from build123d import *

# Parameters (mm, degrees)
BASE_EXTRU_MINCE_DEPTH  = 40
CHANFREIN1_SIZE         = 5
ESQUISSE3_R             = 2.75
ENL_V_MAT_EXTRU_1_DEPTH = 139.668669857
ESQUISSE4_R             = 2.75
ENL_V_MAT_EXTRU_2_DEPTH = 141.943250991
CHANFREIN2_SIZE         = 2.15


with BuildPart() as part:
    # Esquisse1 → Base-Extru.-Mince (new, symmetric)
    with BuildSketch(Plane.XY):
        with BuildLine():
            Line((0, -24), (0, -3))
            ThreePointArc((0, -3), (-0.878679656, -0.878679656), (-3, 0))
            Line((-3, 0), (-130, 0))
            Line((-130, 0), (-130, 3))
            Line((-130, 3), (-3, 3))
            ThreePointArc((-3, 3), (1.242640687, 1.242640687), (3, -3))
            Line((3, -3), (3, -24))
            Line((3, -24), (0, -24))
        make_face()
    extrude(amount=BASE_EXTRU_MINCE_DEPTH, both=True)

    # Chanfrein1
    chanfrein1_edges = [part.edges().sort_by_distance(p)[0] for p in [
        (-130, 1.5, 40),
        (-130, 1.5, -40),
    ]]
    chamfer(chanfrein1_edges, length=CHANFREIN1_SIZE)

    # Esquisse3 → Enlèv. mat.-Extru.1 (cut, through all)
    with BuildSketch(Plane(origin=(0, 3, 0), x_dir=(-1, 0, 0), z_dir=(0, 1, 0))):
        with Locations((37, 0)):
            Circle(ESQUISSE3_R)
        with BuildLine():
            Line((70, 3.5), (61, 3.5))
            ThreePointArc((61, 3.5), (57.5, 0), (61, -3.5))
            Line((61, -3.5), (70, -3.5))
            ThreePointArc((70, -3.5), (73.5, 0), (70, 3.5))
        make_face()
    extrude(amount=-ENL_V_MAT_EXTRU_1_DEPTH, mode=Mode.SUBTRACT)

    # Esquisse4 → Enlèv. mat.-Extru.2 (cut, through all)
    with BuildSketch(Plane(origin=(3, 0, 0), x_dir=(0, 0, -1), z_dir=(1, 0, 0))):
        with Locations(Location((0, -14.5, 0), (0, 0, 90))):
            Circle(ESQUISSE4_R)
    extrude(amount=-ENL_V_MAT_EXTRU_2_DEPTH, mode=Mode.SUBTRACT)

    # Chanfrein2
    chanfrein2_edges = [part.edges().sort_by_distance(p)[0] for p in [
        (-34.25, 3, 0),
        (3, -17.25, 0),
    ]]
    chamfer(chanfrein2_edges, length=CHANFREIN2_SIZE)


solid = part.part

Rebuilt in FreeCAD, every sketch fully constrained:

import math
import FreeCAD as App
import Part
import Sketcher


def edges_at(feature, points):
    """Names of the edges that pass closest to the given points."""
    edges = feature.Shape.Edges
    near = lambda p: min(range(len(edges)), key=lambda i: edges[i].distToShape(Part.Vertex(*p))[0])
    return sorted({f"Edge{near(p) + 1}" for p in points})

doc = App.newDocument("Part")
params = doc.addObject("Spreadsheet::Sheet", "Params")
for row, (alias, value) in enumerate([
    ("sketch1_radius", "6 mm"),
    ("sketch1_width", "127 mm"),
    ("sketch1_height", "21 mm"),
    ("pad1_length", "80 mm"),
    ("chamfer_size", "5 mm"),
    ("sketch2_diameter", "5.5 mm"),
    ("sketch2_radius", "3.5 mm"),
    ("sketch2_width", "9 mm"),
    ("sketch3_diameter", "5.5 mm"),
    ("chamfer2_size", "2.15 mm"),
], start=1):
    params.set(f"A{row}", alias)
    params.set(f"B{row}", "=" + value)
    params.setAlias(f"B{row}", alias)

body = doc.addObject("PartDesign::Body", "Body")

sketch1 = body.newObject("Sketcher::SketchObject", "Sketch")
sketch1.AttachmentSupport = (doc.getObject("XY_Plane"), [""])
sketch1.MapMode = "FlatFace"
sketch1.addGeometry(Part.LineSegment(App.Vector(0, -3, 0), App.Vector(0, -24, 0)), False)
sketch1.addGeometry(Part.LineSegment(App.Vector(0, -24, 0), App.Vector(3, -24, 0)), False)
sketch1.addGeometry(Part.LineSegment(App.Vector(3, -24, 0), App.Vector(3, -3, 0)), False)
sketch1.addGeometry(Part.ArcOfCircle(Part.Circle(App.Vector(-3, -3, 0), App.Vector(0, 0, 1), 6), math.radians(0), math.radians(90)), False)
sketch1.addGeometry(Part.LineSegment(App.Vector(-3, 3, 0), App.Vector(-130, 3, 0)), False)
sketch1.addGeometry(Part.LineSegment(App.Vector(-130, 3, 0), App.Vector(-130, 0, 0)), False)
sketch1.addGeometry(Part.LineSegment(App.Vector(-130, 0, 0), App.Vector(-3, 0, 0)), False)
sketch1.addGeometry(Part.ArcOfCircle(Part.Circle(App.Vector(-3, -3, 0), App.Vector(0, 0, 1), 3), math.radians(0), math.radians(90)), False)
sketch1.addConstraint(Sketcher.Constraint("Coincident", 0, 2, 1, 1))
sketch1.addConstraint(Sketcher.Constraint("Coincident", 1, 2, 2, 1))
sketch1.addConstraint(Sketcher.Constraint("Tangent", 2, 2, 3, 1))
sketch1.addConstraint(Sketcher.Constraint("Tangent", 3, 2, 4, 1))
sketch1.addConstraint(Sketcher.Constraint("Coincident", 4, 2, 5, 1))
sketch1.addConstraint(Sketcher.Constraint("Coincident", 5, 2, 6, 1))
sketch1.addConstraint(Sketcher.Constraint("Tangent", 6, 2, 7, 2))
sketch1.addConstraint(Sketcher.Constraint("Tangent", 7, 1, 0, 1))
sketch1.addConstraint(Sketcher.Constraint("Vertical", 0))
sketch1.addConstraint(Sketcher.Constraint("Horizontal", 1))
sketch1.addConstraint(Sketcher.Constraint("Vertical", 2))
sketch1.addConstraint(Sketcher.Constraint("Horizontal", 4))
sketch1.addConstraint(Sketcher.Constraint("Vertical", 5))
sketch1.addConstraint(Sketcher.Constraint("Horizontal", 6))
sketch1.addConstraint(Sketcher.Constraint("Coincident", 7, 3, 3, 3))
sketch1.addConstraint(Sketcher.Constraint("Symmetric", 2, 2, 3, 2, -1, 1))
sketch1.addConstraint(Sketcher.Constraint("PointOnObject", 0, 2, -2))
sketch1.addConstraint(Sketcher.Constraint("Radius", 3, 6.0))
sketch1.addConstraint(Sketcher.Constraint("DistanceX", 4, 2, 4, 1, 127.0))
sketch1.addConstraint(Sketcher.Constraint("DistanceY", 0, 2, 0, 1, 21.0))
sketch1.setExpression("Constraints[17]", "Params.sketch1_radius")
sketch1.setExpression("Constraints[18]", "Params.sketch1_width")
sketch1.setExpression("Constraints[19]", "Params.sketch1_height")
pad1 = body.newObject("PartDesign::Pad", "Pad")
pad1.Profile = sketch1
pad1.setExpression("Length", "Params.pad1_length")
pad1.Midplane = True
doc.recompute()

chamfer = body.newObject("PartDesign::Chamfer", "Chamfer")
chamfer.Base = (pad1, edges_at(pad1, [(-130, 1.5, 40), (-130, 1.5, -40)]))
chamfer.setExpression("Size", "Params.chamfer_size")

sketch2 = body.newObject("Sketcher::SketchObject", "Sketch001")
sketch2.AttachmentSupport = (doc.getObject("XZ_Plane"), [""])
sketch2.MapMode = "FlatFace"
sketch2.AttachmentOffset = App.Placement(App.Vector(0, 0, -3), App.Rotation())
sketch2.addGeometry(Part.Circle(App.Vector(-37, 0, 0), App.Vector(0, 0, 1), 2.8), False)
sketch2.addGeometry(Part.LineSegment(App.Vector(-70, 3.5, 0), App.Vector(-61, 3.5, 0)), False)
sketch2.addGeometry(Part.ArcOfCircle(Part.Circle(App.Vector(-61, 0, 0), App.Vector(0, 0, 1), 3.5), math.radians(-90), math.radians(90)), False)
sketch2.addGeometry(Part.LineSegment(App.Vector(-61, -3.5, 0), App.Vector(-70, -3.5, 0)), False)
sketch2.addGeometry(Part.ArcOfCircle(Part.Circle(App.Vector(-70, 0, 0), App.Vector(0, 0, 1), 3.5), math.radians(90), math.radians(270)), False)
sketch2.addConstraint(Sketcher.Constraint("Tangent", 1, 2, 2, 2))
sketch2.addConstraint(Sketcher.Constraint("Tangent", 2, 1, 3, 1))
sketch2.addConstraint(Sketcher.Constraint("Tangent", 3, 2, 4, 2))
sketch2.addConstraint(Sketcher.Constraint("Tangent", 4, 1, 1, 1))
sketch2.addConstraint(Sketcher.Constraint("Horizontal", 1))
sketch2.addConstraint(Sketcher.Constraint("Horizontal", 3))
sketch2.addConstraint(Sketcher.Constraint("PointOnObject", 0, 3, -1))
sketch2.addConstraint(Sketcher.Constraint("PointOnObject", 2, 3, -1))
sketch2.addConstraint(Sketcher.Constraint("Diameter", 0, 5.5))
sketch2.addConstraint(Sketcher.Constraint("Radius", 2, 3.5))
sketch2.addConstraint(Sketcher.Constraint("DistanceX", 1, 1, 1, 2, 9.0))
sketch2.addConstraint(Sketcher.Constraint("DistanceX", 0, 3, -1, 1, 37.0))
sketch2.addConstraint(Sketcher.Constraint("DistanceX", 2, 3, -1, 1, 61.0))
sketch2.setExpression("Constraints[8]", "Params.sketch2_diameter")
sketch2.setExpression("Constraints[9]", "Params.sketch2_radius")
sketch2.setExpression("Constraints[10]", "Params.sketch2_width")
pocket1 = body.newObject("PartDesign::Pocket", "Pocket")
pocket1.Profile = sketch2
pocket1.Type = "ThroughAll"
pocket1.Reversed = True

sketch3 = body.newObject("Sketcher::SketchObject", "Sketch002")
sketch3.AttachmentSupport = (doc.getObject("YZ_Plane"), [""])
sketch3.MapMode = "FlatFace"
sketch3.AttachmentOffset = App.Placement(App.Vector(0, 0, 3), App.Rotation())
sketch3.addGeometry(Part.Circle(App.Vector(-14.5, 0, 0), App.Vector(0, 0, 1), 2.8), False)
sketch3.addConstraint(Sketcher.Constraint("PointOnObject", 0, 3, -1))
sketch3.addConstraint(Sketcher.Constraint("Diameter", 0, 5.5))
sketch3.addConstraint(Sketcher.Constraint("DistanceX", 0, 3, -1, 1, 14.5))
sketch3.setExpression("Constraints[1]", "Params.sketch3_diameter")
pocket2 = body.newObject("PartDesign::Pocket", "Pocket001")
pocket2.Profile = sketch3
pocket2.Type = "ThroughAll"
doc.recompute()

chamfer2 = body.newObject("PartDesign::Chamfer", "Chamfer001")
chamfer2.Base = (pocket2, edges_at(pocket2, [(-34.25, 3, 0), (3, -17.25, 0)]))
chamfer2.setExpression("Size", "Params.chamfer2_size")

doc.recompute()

····················

# What is needed
Above are the entries. Quote exactly the lines from the one bearing "Circle(ESQUISSE4_R)" through the one bearing "Rebuilt in FreeCAD, every".

# Written solution
            Circle(ESQUISSE4_R)
    extrude(amount=-ENL_V_MAT_EXTRU_2_DEPTH, mode=Mode.SUBTRACT)

    # Chanfrein2
    chanfrein2_edges = [part.edges().sort_by_distance(p)[0] for p in [
        (-34.25, 3, 0),
        (3, -17.25, 0),
    ]]
    chamfer(chanfrein2_edges, length=CHANFREIN2_SIZE)


solid = part.part

Rebuilt in FreeCAD, every sketch fully constrained:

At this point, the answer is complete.